A talk page on issues and information for Child and youth care workers, especially in South Africa
Sunday, 2 August 2020
MORE LOCKDOWN AND AFTER..CHILD AND YOUTH CARE IN SOUTH AFRICA
Now in South Africa, we have been there for real.
The experience of lockdown must be a window of opportunity for change in Child and Youth Care and in child and youth care work.
Facebook during lockdown was loaded with comment on child and youth care work being an essential service. Asif it was a suprise! Like we didn't know. It has been legally an essential service for a very long time.. many, many years. Some comment was "Read the Children's Act 38 of 2005 with Amendments". It is there clearly stated that child and youth care workers in residential facilities are essential service practitioners.
This we learnt has scary implications personally, organisationally and professionally.
Personally - it is a huge personal risk and requires huge dedication to our professional practice and to the children and young people in our care.
Organisationally - shift systems, especially became an organisational headache. Some child and youth care workers regarded some organisational solutions to be unfair. They said that in some facilities (not all), some staff, including Managers and professionals who saw themselves as not necessary in face to face contact with the young people, did not come into the facility whilst child and youth are workers were exposed
As a profession - A huge concern of mine is that child and youth care workers have not been recognised nor acknowledged as front-line essentilal service workers in the lockdown pandemic period.
The South African President and other State Ministerial officials' voice of appreciation is heard for health workers, social workers, police, army and 'care workers'.'Care workers' are not child and youth care workers who never receive mention. Not once ! Not once in public by officers at that high level, have I heard child and youth care workers thanked, noticed, spotlighted, the profession mentioned by name.

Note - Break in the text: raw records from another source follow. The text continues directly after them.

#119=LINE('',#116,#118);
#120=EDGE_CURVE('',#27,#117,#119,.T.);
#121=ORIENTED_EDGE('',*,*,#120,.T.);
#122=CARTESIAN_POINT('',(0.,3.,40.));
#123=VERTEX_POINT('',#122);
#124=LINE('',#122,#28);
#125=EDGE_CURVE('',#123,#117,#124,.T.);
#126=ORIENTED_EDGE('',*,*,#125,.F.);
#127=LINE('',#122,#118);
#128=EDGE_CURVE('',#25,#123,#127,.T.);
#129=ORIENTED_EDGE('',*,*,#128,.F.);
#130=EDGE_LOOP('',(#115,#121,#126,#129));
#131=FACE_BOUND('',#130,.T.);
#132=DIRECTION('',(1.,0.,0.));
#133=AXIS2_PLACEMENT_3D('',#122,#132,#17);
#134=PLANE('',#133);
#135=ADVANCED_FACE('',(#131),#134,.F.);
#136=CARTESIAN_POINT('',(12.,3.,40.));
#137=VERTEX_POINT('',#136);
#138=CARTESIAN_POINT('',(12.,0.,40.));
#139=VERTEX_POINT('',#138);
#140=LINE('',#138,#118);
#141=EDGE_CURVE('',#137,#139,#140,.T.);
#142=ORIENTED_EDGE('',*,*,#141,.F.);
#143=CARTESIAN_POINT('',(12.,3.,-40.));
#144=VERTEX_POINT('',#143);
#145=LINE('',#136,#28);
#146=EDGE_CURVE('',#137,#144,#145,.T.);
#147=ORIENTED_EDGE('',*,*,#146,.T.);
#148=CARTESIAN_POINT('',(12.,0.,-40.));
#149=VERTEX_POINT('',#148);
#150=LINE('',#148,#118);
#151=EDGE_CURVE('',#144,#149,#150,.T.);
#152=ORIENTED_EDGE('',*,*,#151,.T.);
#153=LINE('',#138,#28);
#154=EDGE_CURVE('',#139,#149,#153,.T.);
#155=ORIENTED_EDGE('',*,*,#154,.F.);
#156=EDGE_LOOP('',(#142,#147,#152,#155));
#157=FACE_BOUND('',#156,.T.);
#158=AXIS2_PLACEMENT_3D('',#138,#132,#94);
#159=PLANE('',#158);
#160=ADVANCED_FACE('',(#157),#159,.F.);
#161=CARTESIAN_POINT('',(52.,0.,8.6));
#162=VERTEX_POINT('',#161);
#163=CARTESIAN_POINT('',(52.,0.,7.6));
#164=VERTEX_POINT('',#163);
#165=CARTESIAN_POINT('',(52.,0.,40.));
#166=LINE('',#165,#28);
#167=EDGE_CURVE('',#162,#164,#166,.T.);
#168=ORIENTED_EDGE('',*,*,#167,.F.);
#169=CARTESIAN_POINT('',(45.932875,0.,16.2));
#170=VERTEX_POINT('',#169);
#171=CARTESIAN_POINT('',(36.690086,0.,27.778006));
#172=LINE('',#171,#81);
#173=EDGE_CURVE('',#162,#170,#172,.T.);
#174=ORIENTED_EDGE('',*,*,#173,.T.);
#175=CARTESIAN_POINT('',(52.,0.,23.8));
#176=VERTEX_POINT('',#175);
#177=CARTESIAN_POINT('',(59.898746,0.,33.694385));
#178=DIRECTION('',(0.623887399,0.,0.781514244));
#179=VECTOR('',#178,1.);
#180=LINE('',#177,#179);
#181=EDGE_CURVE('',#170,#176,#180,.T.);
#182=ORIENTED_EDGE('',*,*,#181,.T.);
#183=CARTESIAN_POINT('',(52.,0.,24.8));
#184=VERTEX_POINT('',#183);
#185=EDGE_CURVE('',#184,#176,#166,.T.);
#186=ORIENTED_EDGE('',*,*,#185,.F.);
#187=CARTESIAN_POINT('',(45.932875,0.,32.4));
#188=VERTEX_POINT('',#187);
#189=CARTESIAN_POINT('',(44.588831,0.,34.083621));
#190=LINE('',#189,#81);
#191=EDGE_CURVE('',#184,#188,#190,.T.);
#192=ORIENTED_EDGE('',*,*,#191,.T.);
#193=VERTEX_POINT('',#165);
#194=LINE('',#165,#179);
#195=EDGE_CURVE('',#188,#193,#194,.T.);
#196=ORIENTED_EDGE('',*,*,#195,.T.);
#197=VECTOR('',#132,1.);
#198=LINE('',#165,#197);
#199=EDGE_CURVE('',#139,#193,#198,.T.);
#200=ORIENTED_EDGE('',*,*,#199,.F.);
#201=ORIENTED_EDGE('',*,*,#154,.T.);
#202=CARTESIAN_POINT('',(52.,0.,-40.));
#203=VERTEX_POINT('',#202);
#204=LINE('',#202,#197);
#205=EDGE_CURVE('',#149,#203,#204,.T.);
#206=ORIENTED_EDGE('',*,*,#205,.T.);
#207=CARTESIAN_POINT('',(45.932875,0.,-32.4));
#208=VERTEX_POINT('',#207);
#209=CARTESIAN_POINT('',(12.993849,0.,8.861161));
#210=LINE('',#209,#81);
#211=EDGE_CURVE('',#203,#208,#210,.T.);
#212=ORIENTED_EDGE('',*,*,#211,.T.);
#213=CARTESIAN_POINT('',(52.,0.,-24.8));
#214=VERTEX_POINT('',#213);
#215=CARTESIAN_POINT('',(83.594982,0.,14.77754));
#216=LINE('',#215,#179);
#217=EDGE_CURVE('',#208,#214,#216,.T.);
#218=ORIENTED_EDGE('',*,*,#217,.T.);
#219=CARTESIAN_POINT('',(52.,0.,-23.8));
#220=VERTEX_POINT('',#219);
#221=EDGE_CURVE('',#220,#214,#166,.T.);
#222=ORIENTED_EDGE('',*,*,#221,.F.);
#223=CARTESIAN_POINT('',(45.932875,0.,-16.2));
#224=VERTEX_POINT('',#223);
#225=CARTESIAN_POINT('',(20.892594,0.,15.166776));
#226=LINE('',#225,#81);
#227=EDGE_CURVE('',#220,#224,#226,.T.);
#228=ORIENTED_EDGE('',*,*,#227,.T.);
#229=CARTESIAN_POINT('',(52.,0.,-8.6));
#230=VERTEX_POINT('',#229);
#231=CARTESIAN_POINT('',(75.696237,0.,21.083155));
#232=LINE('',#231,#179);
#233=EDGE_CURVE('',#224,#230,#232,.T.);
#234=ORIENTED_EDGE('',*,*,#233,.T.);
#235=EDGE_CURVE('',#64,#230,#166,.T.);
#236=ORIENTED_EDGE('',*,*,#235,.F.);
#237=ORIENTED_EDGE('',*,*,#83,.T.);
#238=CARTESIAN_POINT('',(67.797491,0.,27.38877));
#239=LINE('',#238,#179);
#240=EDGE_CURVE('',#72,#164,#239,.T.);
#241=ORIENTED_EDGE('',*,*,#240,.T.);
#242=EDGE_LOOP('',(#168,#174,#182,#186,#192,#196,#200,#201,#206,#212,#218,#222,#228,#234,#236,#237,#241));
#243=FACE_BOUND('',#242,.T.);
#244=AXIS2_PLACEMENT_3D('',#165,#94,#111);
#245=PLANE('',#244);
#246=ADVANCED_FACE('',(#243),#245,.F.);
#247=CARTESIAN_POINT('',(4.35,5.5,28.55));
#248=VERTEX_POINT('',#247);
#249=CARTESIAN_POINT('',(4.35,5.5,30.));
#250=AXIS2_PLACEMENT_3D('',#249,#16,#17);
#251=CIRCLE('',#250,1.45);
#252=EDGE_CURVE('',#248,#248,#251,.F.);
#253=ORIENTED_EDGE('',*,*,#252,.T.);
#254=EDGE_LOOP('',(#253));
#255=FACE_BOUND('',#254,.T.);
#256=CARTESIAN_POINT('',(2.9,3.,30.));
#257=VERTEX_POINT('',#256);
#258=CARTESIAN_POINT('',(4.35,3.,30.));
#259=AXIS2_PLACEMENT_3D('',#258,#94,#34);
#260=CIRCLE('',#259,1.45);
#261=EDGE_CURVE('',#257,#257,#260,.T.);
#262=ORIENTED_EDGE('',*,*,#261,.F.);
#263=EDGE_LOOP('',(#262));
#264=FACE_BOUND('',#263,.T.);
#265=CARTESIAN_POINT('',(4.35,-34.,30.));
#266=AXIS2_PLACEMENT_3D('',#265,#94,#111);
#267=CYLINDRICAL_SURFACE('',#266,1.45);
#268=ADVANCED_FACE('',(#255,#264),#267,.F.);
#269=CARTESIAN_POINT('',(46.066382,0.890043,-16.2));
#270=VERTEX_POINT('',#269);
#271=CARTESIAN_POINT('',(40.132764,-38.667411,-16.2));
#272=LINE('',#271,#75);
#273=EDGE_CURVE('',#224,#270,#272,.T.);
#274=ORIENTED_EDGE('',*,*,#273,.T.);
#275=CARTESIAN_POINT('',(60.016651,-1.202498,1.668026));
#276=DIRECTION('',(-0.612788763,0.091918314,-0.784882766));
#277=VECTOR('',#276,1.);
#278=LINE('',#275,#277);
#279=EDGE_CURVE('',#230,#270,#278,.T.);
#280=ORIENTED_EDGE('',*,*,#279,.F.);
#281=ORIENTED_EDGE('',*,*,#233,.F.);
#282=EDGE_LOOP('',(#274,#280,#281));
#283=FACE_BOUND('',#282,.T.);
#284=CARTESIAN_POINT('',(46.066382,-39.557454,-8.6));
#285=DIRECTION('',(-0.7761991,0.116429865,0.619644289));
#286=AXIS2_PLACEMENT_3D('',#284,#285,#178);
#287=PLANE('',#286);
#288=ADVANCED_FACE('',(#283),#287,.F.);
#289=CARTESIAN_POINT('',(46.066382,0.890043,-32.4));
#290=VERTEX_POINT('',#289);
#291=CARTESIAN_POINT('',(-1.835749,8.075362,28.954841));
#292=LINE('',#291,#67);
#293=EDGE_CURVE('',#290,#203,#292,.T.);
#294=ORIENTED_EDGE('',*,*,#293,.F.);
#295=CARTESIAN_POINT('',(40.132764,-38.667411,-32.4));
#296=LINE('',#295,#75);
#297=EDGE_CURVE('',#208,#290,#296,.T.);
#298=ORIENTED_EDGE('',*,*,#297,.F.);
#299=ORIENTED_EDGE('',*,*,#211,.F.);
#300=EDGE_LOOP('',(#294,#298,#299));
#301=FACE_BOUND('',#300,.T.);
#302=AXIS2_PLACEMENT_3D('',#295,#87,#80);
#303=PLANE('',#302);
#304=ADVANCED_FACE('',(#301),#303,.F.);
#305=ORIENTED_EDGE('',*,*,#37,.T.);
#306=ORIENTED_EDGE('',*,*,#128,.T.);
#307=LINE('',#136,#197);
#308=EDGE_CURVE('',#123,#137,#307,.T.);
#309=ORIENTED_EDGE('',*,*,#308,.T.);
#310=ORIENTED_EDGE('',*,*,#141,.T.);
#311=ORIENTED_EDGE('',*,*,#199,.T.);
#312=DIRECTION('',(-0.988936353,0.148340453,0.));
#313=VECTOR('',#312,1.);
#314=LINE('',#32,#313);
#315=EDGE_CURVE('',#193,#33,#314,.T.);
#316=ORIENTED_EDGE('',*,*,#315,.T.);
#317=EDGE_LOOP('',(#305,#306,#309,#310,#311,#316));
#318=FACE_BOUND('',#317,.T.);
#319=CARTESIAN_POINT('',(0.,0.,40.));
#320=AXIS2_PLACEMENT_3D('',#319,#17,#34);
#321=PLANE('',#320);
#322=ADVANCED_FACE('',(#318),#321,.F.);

This lack of recognition for our essential work has to be changed..Now! We have to use this window of opportunity to make our value, professionalism and dedication known and recognised.
So then, after lockdown we are to be appreciated for who we are, what we do and how essential we are .
Covid 19 and lockdown highlighted inequalities which after lockdown cannot continue. Now we really know what it means to be in a front-line profession and so must others.
There are other essential changes post lockdown.
In the COVID 19 lockdown I was caught off guard when I was told that schools would open ! Some before the end of the lockdown period "No, - it's e-learning" I was told with concern that some communities would suffer, that there would be problems in some communities... For sure !
After the Soweto uprising in 1976, The then Apartheid government in South Africa initiated an enquiry into Black Education, then a system called 'Bantu Education'. It was called the van Zyl Commission of Enquiry. I was on the Curriculum Investigative team. We came up with a report that included a model that we found in Isreal. Schools there were being used as, what were called Ambos. It was a model in which the school was a community resource, with the community, adults, its children and young people having access to the facility to be provided with empowerment in whatever the community experienced as a need at the time. The 21 large separate reports were submitted to the then government who then conveniently just shelved them.
But the Ambo idea has always lived with me. After lockdown our Child and Youth Care Centres are needed to become a community Ambo. A community resource. In the e-learning and digital lockdown period we are now experiencing, the in-house young people must be 4th Industrial Revolution literate, and so must our communities. We are ideally situated to outreach as a community resource as do many non-government Organisations.
There was a fire in the urban shack dwelling informal settlement one block away from the church. Many of the pre-schoolers attended our full day Early Childhood Development (ECD) programme. Three young adults died in that fire. It flattened everything on the tightly packed inner-city residentially sized site. 300 people ..homeless. Many children. In the morning we went to the ash filled site to see how we might help. Dwellers were hunting through the remains for anything that could be salvaged Some were rescuing wooden poles that could possibly be used to make shelters They needed identity documents, food, tents, tools, blankets, grief and trauma counselling, psychological support.
The social workers at the scene directed me to the police and the Fire Department Disaster Team and within two hours things started to happen, Medical supplies, food, tents, helping hands. We took the children into the ECD and made sure that they received two meals a day through the church.
We learnt a lot from this disaster. Together with the other churches, denominations, and faiths in the area we co-operatively established a food bank which stored also other essentials should there be another disaster of this type or any other type in the community. It was a matter of being prepared. We had become an Ambo of sorts, a resource for community needs. Again, our residential child Care Centres seem to be ideally situated to be open enough with all its resources, with all its professional capacity to be a beacon of care in their communities.
In my blog called "Lockdown in a Shack" I proposed that our present lockdown situation in poorer communities, under provisioned, under stimulated children and young people could have stimulation needs met by child and youth care workers in a system of mobile activity units. These could setup temporary 'Safe Parks' on arrival, distribute stimulation packs, provide empowerment to parents on things like child stimulation and more effective parenting assistance with virtual learning . So if the Centre can't cope with opening itself Ambo style, then the Centre can still be a hub from which Child and Youth Care can go to where the children and the community is. Especially in times of risk and need.
For the coming of the 'after lockdown. we must be prepared. to be more relevant, more creative,more co-operative, more essential.